PROBLEM STATEMENT: In the listing below, locate the line that contains "f 259 258 415" and the line that contains "f 246 247 401". Restate word for word those two lines and every line between them, and nothing else.

TASK DATA:
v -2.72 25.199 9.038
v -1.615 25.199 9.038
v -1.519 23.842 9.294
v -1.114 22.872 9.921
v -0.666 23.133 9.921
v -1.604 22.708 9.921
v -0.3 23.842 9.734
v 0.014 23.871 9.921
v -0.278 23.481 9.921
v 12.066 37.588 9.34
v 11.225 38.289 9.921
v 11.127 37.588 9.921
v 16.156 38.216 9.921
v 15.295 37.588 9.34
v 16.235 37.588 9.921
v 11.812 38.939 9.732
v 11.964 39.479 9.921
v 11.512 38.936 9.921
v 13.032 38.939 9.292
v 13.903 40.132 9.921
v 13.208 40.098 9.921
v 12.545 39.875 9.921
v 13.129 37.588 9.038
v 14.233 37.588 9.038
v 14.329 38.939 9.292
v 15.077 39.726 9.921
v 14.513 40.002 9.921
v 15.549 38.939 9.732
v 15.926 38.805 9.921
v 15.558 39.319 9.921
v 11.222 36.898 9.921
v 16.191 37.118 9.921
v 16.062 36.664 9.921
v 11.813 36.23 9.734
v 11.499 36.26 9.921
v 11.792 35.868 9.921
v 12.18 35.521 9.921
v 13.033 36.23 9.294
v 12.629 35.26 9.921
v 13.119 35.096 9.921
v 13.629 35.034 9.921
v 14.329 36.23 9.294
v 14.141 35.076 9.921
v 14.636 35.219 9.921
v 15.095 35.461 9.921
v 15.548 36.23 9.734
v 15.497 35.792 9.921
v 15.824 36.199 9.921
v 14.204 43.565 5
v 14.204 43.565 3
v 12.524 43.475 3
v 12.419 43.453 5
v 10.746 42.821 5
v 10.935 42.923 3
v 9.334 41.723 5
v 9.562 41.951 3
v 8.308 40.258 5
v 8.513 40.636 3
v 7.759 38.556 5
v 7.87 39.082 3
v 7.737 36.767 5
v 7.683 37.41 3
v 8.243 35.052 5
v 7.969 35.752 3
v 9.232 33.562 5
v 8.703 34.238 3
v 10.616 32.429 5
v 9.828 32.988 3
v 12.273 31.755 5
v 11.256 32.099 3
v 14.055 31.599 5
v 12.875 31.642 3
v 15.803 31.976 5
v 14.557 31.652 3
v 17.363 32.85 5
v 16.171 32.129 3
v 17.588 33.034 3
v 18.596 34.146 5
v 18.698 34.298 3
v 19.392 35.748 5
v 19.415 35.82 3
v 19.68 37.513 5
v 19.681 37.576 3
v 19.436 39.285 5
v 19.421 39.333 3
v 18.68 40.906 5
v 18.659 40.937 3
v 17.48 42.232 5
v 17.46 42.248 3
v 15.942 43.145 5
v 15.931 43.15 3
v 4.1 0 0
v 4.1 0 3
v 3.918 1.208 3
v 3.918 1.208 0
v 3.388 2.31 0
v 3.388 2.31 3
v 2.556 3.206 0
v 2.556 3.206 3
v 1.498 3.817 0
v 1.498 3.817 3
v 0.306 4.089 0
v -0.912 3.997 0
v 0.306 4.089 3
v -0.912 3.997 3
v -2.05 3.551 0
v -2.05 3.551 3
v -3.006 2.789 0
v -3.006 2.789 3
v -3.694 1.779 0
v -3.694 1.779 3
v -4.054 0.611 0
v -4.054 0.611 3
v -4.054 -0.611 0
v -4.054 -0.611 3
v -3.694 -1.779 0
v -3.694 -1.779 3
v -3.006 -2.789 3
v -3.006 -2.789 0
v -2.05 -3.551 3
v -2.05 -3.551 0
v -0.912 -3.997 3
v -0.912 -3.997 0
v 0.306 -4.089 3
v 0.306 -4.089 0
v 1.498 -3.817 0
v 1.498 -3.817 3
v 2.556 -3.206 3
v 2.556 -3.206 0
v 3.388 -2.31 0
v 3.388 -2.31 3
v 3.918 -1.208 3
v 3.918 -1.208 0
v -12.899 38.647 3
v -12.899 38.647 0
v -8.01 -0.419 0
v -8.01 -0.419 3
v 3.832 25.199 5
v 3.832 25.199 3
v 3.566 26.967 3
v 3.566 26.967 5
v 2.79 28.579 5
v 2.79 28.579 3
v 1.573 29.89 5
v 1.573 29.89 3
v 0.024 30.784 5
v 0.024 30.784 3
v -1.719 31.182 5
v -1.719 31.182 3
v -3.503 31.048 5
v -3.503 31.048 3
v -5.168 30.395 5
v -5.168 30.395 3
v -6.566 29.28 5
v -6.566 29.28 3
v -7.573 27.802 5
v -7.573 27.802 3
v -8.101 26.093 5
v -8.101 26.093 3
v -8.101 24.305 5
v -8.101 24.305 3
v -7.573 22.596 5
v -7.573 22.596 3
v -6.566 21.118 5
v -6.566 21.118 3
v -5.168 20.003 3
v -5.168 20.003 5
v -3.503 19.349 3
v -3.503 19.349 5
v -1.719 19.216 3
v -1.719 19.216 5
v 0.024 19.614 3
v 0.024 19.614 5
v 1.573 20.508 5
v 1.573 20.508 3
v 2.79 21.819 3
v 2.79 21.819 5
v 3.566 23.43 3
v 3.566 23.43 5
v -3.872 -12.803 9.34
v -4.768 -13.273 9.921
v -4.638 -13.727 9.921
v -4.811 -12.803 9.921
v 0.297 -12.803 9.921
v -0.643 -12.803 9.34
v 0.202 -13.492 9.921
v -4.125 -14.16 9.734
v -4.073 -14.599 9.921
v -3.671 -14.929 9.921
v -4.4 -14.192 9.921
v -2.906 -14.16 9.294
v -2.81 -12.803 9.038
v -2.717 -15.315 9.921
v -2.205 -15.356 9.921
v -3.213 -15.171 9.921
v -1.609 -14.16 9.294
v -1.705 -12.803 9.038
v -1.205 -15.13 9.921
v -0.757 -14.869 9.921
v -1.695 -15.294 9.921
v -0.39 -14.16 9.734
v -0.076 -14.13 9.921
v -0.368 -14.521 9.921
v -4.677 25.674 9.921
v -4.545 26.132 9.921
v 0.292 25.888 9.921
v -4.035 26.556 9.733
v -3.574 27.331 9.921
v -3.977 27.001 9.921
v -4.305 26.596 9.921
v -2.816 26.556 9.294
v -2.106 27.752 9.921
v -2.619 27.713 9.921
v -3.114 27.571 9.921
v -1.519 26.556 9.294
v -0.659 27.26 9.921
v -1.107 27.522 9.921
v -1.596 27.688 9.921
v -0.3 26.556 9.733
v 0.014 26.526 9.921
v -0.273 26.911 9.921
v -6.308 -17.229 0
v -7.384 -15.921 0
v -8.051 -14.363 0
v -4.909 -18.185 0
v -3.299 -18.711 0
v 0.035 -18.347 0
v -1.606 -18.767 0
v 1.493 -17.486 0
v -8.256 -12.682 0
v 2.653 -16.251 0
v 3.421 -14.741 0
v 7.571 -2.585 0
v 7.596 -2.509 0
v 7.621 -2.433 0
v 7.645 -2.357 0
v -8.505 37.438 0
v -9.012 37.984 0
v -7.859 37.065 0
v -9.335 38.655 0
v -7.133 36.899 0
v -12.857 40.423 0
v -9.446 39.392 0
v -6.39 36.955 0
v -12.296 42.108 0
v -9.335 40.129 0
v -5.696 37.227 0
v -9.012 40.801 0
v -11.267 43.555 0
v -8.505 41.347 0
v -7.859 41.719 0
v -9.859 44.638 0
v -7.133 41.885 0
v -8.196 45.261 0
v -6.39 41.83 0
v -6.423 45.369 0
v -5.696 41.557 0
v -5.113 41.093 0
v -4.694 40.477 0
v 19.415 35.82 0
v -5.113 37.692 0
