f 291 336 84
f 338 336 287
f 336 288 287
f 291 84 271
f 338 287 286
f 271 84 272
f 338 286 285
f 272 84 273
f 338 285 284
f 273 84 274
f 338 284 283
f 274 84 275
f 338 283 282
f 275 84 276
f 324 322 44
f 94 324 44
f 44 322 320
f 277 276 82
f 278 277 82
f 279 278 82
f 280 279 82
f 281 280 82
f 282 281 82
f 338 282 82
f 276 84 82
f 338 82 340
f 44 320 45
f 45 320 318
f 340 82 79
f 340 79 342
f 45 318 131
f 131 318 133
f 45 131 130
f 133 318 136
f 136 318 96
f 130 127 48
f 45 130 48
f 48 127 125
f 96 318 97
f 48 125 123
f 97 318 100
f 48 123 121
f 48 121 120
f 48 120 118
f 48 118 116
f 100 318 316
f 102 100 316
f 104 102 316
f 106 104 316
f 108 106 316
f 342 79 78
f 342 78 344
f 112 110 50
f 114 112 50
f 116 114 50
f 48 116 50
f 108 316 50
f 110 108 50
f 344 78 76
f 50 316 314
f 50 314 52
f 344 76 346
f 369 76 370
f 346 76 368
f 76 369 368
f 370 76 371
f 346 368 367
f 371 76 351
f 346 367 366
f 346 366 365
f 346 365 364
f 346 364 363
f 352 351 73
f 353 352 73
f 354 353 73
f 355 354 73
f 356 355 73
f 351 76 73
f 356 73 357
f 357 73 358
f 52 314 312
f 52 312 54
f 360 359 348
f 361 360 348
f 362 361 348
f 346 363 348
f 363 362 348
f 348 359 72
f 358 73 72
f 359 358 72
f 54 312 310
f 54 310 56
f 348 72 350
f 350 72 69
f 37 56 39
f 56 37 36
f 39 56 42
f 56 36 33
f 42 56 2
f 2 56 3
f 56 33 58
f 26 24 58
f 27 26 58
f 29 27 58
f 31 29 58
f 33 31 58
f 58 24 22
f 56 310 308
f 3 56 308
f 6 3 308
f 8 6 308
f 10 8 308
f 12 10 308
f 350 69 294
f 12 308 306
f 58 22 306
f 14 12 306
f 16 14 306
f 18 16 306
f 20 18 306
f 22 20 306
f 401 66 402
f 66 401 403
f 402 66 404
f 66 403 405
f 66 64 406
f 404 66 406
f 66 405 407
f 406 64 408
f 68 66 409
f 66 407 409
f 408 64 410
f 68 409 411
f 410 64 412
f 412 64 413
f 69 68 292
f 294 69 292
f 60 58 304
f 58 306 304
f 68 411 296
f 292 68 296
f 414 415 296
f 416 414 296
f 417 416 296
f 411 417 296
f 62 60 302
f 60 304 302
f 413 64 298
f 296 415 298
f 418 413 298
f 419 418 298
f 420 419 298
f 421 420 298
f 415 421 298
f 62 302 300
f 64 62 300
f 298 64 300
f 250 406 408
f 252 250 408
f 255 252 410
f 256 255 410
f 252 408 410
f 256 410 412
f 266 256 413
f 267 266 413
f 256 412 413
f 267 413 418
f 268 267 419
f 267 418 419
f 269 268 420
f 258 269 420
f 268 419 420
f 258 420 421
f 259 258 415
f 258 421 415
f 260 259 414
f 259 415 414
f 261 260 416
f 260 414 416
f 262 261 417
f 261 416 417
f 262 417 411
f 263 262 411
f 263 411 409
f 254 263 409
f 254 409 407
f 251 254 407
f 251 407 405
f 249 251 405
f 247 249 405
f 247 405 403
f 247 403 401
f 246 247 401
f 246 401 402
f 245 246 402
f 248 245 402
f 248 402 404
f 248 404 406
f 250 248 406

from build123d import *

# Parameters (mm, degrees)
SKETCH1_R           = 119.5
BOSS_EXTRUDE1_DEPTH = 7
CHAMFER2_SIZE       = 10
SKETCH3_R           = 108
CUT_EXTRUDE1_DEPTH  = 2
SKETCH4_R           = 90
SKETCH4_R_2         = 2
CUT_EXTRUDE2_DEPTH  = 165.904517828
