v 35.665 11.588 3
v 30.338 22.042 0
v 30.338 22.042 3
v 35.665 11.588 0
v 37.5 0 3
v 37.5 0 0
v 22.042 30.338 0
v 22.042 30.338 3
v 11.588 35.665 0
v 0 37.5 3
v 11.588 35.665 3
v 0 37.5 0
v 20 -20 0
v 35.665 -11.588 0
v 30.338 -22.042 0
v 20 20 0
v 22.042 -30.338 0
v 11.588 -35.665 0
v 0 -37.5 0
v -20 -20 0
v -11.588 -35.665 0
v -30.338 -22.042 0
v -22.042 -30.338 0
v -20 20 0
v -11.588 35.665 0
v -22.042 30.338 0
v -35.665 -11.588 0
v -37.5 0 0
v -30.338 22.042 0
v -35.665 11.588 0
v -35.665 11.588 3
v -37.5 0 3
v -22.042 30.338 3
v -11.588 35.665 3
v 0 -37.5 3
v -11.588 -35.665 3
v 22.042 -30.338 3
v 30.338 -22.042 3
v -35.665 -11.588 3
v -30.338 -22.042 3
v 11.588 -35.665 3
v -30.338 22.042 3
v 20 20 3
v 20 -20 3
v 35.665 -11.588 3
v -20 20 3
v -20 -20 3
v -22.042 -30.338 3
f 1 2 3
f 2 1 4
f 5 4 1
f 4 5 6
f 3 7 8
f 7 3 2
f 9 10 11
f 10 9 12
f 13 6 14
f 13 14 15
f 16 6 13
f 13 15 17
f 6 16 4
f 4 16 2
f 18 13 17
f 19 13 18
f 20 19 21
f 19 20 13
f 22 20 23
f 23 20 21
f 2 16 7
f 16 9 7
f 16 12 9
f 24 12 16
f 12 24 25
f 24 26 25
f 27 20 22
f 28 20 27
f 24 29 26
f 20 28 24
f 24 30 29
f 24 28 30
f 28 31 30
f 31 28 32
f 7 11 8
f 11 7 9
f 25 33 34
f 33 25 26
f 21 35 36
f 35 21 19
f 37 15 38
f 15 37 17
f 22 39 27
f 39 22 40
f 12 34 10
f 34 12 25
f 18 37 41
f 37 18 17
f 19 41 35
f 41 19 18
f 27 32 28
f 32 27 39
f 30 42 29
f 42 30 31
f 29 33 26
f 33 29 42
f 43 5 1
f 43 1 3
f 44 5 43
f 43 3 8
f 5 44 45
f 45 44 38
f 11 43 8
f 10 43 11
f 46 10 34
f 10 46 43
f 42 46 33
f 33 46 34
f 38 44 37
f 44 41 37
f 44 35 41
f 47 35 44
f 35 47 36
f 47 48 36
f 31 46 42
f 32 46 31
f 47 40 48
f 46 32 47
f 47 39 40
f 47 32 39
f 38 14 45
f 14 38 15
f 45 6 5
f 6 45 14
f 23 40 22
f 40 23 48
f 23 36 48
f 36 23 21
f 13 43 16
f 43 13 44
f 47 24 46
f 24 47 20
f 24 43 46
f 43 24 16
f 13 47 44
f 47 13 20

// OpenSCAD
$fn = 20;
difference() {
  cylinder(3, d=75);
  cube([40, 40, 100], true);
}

==

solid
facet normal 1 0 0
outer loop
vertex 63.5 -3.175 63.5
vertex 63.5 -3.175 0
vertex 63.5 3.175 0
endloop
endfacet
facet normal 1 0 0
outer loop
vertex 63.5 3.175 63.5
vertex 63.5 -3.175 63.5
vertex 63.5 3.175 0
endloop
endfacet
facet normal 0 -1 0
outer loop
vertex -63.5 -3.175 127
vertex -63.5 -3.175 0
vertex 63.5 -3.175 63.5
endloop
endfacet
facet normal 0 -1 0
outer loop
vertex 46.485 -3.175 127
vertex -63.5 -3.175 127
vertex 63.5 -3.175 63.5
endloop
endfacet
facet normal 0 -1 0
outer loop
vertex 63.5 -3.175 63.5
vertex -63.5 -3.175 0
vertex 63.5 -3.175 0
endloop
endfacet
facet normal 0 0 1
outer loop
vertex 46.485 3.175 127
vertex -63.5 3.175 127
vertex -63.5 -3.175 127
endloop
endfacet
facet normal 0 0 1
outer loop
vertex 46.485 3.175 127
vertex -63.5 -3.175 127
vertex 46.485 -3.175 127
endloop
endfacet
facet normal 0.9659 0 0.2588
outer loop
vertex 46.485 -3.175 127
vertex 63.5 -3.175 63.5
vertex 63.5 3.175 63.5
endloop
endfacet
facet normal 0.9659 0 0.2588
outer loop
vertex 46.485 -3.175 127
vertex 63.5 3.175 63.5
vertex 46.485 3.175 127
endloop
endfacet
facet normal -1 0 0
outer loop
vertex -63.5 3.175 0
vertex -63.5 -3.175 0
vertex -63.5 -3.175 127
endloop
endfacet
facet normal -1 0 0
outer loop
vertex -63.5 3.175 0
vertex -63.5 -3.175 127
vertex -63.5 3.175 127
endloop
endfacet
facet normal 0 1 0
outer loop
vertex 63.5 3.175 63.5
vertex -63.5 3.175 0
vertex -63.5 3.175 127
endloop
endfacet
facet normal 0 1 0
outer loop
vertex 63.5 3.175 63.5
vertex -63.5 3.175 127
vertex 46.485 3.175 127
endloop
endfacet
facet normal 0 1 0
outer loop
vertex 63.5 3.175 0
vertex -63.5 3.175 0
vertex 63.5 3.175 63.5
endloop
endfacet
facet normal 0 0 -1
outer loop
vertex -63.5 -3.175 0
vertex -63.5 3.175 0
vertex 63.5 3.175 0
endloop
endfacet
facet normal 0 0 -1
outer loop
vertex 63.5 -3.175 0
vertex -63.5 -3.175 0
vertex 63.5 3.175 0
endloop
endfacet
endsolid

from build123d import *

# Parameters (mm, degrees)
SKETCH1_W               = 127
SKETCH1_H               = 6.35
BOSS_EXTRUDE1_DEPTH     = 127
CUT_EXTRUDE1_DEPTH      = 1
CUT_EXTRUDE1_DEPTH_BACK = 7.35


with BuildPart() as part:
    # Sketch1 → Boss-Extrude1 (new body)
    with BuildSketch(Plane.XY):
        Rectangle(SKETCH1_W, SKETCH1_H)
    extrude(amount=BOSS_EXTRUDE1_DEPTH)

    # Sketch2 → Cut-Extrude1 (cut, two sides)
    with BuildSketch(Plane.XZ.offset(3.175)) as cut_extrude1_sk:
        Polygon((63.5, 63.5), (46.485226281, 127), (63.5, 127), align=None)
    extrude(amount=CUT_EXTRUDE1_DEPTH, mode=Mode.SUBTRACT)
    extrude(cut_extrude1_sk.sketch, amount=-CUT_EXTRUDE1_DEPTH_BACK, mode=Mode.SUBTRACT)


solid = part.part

...

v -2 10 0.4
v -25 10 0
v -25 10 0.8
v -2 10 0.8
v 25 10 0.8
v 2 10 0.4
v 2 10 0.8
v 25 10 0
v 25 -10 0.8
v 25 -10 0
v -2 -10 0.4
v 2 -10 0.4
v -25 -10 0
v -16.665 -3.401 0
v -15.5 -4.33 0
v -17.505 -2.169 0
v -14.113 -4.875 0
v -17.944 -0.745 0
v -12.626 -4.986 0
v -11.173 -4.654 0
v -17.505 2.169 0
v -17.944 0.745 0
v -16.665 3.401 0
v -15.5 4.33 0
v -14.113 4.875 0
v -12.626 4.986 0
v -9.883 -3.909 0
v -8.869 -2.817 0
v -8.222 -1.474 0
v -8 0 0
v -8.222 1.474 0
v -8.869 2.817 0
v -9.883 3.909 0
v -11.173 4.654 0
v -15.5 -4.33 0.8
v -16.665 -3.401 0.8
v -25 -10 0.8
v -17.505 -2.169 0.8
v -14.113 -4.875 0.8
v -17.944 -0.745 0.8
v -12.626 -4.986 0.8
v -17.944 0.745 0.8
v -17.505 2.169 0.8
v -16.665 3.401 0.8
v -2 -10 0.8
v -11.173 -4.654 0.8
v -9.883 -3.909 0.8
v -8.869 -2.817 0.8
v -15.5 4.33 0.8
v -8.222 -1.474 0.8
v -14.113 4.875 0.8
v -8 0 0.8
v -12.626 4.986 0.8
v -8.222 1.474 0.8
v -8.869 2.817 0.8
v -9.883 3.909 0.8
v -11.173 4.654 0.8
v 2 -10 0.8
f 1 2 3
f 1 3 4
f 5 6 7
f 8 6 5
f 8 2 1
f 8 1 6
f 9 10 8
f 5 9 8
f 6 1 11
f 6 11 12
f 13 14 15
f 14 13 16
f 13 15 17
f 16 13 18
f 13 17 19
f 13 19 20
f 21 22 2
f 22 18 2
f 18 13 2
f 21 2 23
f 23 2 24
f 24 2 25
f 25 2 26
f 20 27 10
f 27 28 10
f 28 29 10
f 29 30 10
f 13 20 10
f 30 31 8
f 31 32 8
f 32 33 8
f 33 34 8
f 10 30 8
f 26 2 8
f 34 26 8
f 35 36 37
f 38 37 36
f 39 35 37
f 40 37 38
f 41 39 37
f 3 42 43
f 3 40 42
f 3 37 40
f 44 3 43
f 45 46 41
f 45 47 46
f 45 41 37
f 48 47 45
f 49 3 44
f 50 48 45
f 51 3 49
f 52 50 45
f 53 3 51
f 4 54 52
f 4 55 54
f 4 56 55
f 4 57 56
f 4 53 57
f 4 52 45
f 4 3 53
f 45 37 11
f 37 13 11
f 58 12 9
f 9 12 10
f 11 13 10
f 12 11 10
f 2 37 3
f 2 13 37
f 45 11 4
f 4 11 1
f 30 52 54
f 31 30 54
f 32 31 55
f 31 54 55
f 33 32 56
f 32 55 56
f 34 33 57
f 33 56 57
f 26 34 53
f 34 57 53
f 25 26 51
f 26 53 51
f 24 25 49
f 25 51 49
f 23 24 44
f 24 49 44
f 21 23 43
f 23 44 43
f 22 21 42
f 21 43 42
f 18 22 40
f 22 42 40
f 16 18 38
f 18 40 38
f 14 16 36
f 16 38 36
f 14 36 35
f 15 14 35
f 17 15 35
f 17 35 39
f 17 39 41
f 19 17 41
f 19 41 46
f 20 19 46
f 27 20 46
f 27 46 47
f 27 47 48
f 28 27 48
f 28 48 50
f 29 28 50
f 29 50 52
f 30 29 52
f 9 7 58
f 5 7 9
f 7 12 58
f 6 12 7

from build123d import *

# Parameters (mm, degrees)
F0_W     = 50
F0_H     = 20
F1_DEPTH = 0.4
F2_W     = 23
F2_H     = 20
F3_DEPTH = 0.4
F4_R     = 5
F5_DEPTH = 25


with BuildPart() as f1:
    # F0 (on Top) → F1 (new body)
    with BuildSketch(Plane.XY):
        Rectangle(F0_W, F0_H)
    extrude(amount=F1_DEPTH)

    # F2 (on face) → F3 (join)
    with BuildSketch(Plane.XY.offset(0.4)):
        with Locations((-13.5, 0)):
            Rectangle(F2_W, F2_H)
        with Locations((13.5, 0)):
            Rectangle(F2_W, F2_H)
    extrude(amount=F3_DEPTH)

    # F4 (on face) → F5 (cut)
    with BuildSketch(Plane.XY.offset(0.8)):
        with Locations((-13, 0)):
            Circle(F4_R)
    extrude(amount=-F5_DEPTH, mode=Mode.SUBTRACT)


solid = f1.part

RESULT OF THIS TASK:
f 259 258 415
f 258 421 415
f 260 259 414
f 259 415 414
f 261 260 416
f 260 414 416
f 262 261 417
f 261 416 417
f 262 417 411
f 263 262 411
f 263 411 409
f 254 263 409
f 254 409 407
f 251 254 407
f 251 407 405
f 249 251 405
f 247 249 405
f 247 405 403
f 247 403 401
f 246 247 401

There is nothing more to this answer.